Generating diagrams for ECDH slides

This is done using sagemath version

version()

'SageMath version 10.2, Release Date: 2023-12-03'

Playing with curve from chapter 12.

\begin{equation} y^2 = x^3 - 4x + 0 \pmod{191} \end{equation}

p = 191
FF = GF(p)
A = -4 % p
B = 0

EC=EllipticCurve(FF , [A, B])

Simple plot. Same as in book (but with default colors)

plt = plot(EC)

This will mess with make, as changes to this file might not update the generated PDFs. But it is better than regenerating PDFs unnecessarily any some I tinker with things here.

save_pdfs = False

# save_pdfs = True # uncomment to save PDFS

def mysave(p, file_name):
    if save_pdfs:
        p.save(file_name)

def ec_coord(P):
    """Coordinates of point as integer list.
    
    In which I try to learn to live with Duck typing.
    """

    if P.is_zero():
        raise ValueError("P should not be point at infinity")

    try:
        pxy =P.xy()
    except AttributeError:
        raise TypeError("P doesn't have xy coordinates")
    
    pxy = list(pxy)
    if not all(z == int(z) for z in pxy):
        raise TypeError("coordinates must be integral")
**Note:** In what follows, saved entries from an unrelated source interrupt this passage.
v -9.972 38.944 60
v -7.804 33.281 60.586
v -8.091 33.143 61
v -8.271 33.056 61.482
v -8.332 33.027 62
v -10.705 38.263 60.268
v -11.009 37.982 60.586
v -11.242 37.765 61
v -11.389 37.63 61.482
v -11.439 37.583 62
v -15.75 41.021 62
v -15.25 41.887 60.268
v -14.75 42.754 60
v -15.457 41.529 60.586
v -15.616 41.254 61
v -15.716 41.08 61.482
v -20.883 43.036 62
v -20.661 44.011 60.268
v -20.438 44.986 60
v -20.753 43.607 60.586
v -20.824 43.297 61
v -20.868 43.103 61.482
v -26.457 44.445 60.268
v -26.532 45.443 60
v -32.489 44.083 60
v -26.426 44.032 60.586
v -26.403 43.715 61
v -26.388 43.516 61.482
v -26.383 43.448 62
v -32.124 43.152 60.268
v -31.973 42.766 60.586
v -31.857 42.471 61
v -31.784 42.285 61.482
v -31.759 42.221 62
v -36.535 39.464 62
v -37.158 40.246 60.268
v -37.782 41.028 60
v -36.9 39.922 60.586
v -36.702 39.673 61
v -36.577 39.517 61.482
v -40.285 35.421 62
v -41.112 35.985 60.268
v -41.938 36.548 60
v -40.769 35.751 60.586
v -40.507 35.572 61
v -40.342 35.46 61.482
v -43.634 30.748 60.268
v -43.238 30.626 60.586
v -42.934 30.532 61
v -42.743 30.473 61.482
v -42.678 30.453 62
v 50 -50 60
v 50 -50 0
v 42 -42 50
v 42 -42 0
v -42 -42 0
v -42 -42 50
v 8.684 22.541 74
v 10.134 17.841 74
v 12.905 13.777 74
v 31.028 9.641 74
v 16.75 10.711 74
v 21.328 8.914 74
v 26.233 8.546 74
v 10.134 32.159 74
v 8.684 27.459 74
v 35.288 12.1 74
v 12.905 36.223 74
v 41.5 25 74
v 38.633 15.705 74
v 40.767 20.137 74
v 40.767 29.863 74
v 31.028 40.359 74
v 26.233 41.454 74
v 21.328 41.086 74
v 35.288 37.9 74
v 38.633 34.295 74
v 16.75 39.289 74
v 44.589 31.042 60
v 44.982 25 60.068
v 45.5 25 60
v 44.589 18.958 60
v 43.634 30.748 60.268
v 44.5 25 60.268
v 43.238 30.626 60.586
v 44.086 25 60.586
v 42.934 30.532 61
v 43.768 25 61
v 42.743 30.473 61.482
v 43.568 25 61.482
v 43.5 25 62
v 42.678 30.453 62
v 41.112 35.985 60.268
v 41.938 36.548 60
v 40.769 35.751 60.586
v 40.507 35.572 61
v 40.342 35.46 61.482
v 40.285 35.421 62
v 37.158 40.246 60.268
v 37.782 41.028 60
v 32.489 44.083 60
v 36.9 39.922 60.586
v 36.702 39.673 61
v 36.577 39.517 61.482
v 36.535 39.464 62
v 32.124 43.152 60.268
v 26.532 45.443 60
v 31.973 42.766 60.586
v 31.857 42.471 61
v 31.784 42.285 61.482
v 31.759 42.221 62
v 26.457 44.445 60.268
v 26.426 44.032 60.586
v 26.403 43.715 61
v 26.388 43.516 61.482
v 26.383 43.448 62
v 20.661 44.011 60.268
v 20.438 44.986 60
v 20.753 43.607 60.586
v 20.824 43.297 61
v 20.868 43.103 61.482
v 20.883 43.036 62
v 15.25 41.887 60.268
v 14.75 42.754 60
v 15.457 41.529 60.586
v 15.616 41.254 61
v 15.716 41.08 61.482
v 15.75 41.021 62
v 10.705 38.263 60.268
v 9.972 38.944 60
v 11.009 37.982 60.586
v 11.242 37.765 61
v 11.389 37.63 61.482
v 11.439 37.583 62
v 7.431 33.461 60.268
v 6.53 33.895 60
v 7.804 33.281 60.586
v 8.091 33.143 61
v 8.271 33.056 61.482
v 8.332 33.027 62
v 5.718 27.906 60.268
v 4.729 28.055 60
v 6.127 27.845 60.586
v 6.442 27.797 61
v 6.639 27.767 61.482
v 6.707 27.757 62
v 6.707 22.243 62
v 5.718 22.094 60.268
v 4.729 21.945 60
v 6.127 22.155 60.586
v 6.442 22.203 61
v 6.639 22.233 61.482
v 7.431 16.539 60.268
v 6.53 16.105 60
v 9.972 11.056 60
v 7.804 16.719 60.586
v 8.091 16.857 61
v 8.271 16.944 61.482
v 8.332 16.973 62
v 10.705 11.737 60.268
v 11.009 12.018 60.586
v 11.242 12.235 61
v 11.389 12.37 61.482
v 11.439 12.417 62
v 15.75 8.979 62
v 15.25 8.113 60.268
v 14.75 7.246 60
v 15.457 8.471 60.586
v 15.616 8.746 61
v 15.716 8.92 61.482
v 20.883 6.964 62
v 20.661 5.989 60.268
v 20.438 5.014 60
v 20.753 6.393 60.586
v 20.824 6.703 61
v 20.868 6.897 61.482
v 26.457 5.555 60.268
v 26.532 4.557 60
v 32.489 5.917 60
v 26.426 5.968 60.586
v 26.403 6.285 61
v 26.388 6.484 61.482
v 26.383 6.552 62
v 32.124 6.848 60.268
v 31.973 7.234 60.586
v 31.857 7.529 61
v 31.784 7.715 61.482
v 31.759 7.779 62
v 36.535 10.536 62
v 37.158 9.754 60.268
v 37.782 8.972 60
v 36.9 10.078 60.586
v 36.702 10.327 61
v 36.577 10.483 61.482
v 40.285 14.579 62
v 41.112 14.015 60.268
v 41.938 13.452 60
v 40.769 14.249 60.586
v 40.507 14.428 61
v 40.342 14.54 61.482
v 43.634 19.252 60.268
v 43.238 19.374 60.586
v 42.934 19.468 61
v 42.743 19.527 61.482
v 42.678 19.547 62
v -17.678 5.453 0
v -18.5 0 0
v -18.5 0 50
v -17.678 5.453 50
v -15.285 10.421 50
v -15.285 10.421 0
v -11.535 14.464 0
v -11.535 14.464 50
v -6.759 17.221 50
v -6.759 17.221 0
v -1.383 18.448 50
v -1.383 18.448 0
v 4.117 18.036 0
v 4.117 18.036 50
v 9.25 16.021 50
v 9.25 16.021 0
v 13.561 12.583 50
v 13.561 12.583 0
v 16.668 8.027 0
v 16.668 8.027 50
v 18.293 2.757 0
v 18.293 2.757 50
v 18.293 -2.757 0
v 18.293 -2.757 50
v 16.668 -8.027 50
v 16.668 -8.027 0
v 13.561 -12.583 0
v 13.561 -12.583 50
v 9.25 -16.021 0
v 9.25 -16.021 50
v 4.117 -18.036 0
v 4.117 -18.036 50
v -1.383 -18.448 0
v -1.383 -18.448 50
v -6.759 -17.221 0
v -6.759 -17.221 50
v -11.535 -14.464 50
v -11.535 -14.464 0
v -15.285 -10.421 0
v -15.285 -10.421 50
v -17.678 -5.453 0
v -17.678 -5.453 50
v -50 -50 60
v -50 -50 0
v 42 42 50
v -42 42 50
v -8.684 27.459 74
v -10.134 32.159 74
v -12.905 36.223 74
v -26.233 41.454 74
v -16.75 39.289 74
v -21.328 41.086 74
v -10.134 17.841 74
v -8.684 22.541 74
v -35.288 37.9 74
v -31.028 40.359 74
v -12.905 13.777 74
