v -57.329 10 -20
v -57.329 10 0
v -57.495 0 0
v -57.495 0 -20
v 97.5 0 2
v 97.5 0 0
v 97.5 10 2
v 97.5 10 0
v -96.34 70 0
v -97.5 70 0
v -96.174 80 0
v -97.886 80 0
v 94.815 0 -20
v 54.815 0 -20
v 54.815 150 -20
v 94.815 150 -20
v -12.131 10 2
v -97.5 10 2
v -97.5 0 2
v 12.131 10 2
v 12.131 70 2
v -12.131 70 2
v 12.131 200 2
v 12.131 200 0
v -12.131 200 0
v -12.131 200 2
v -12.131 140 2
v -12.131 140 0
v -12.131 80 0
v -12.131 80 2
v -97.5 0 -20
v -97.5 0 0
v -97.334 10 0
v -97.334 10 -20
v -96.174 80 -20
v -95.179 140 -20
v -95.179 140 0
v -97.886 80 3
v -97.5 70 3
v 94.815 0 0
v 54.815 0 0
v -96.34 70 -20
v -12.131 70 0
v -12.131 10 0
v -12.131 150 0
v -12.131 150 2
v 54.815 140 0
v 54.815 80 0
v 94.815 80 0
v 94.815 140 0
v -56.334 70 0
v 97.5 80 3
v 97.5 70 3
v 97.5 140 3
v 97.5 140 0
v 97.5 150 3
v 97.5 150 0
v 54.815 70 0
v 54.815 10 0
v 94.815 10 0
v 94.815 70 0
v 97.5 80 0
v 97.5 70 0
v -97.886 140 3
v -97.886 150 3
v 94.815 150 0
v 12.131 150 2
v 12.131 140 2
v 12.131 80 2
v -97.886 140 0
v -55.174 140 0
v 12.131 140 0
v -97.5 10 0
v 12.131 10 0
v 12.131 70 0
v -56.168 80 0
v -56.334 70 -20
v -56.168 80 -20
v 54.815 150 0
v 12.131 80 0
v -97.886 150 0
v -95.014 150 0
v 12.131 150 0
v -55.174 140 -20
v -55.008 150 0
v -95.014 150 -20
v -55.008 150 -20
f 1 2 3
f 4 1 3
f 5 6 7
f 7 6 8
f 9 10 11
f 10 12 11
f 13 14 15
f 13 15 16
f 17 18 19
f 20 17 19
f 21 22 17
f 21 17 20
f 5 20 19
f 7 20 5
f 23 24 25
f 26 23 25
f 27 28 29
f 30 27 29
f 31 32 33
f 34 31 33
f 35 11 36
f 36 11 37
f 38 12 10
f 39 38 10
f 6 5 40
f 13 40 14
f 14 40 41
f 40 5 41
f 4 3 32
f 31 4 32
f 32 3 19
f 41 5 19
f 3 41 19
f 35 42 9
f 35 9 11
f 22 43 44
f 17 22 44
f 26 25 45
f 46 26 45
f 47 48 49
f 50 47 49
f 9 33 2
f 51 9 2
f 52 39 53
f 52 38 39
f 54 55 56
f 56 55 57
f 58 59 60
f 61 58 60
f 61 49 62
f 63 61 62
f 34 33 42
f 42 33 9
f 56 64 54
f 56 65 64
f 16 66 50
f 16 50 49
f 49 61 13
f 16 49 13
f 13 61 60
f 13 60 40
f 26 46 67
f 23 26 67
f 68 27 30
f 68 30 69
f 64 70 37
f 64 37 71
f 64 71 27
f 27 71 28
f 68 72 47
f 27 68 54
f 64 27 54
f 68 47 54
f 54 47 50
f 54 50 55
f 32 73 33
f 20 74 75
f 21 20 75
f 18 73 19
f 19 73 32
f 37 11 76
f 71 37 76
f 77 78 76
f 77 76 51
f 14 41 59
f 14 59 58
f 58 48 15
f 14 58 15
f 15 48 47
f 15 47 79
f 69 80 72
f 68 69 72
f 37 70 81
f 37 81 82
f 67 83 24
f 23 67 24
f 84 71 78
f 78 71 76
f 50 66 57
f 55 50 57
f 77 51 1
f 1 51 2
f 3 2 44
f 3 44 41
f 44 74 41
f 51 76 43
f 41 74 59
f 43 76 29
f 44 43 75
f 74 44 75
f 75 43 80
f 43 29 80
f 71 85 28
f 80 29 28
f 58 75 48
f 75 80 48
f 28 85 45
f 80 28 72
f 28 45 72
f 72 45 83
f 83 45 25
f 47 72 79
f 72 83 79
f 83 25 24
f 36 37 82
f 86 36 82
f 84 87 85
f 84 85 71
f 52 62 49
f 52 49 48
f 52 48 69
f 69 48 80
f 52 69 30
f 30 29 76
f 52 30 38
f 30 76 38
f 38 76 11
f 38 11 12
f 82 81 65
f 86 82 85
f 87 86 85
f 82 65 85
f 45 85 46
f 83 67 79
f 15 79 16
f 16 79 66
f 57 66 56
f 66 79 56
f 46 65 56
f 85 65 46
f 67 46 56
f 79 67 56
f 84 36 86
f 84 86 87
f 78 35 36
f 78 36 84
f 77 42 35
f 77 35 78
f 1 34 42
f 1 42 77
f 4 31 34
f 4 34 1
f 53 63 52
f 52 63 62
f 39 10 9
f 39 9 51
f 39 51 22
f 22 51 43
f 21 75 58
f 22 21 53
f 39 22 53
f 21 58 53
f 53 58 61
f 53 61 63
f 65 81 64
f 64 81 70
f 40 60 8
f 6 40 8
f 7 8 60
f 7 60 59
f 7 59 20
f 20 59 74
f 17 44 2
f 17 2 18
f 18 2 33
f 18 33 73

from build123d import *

# Parameters (mm, degrees)
F1_DEPTH = 2
F3_DEPTH = 2
F4_DEPTH = 3
F5_DEPTH = 2
F6_W     = 40
F6_H     = 10
F6_H_2   = 60
F7_DEPTH = 20


with BuildPart() as f1:
    # F0 (on Top) → F1 (new body)
    with BuildSketch(Plane.XY):
        Polygon((-12.130910923, 0), (0, 0), (12.130910923, 0), (12.130910923, 200), (-12.130910923, 200), align=None)
    extrude(amount=F1_DEPTH)

    # F2 (on Top) → F3 (join)
    with BuildSketch(Plane.XY):
        Polygon((-97.5, 0), (0, 0), (97.5, 0), (97.5, 10), (-97.5, 10), align=None)
        Polygon((-97.5, 70), (0, 70), (97.5, 70), (97.5, 80), (-97.8855118155, 80), align=None)
        Polygon((-97.8855118155, 140), (0, 140), (97.5, 140), (97.5, 150), (-97.8855118155, 150), align=None)
    extrude(amount=F3_DEPTH)

    # F2 (on Top) → F4 (join)
    with BuildSketch(Plane.XY):
        Polygon((-97.5, 70), (0, 70), (97.5, 70), (97.5, 80), (-97.8855118155, 80), align=None)
        Polygon((-97.8855118155, 140), (0, 140), (97.5, 140), (97.5, 150), (-97.8855118155, 150), align=None)
    extrude(amount=F4_DEPTH)

    # F2 (on Top) → F5 (join)
    with BuildSketch(Plane.XY):
        Polygon((-97.5, 0), (0, 0), (97.5, 0), (97.5, 10), (-97.5, 10), align=None)
        Polygon((-97.5, 70), (0, 70), (97.5, 70), (97.5, 80), (-97.8855118155, 80), align=None)
        Polygon((-97.8855118155, 140), (0, 140), (97.5, 140), (97.5, 150), (-97.8855118155, 150), align=None)
    extrude(amount=F5_DEPTH)

    # F6 (on face) → F7 (join)
    with BuildSketch(Plane(origin=(0, 0, 0), x_dir=(1, 0, 0), z_dir=(0, 0, -1))):
        Polygon((-57.4945055695, 0), (-97.5, 0), (-97.3342470533, -10), (-57.3287526228, -10), align=None)
        Polygon((-57.3287526228, -10), (-97.3342470533, -10), (-96.3397293732, -70), (-56.3342349427, -70), align=None)
        with Locations((74.8154554615, -5)):
            Rectangle(F6_W, F6_H)
        Polygon((-56.3342349427, -70), (-96.3397293732, -70), (-96.1739764266, -80), (-56.168481996, -80), align=None)
        with Locations((74.8154554615, -40)):
            Rectangle(F6_W, F6_H_2)
        Polygon((-56.168481996, -80), (-96.1739764266, -80), (-95.1794587465, -140), (-55.173964316, -140), align=None)
        with Locations((74.8154554615, -75)):
            Rectangle(F6_W, F6_H)
        Polygon((-55.173964316, -140), (-95.1794587465, -140), (-95.0137057998, -150), (-55.0082113693, -150), align=None)
        with Locations((74.8154554615, -110)):
            Rectangle(F6_W, F6_H_2)
        with Locations((74.8154554615, -145)):
            Rectangle(F6_W, F6_H)
    extrude(amount=F7_DEPTH)


solid = f1.part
    return [int(x) for x in list(pxy)]

try:
    ec_coord(5)
except TypeError:
    print("Correctly got a type error")

Correctly got a type error

Now try to highlight generator

g = EC.gens()[0]
print(f'generator is at {g.xy()}')

generator is at (146, 131)

gen_plot = point(ec_coord(g), rgbcolor=(0, 0.6, 0), size=30)
plt += gen_plot
plt.show()
mysave(plt, "E191.pdf")

from sage.plot.graphics import is_Graphics 

def plot_nG(base_plot, n, g):
    """plot path from generator g to n*G."""

    if n != int(n):
        raise TypeError("n must be integral")

    n %= g.order()

    if not is_Graphics(base_plot):
        raise TypeError("The plot thins")

    arrow_head_size = 2
    intermediate_color = Color('gray')
    final_color = Color('black')
    final_arrow_width = 0.4
    intermediate_arrow_width = 0.2
    emph_pt_size = 40
    gen_color = Color("darkgreen")

    plt = base_plot
    for i in range(2, n):
        plt += arrow(ec_coord((i - 1)* g), ec_coord(i * g),
            rgbcolor=intermediate_color,
            arrowsize=arrow_head_size,
            width = intermediate_arrow_width)

    nG = n * g    
    plt += arrow(ec_coord((n - 1) * g), ec_coord(nG),
            rgbcolor=final_color,
            arrowsize=arrow_head_size,
            width = final_arrow_width)

    # emphasize point nG
    plt +=  point(ec_coord(nG),
        rgbcolor=final_color, size=emph_pt_size)

    # generator
    plt +=  point(ec_coord(g),
        rgbcolor=gen_color, size=emph_pt_size)

    plt.axes(False)
    return plt

tmp_plot = plot_nG(plt, 2, g)
tmp_plot.show()
mysave(tmp_plot, "2Gpath.pdf")

tmp_plot = plot_nG(plt, 3, g)
tmp_plot.show()
mysave(tmp_plot, "3Gpath.pdf")

tmp_plot = plot_nG(plt, 7, g)
tmp_plot.show()
mysave(tmp_plot, "7Gpath.pdf")

print(f"|G| is {g.order()}")
print(f"(|G| - 1)G is {((g.order() - 1) * g).xy()}")
tmp_plot = plot_nG(plt, g.order() - 1, g)
tmp_plot.show()

mysave(tmp_plot, "95Gpath.pdf")

|G| is 96
(|G| - 1)G is (146, 60)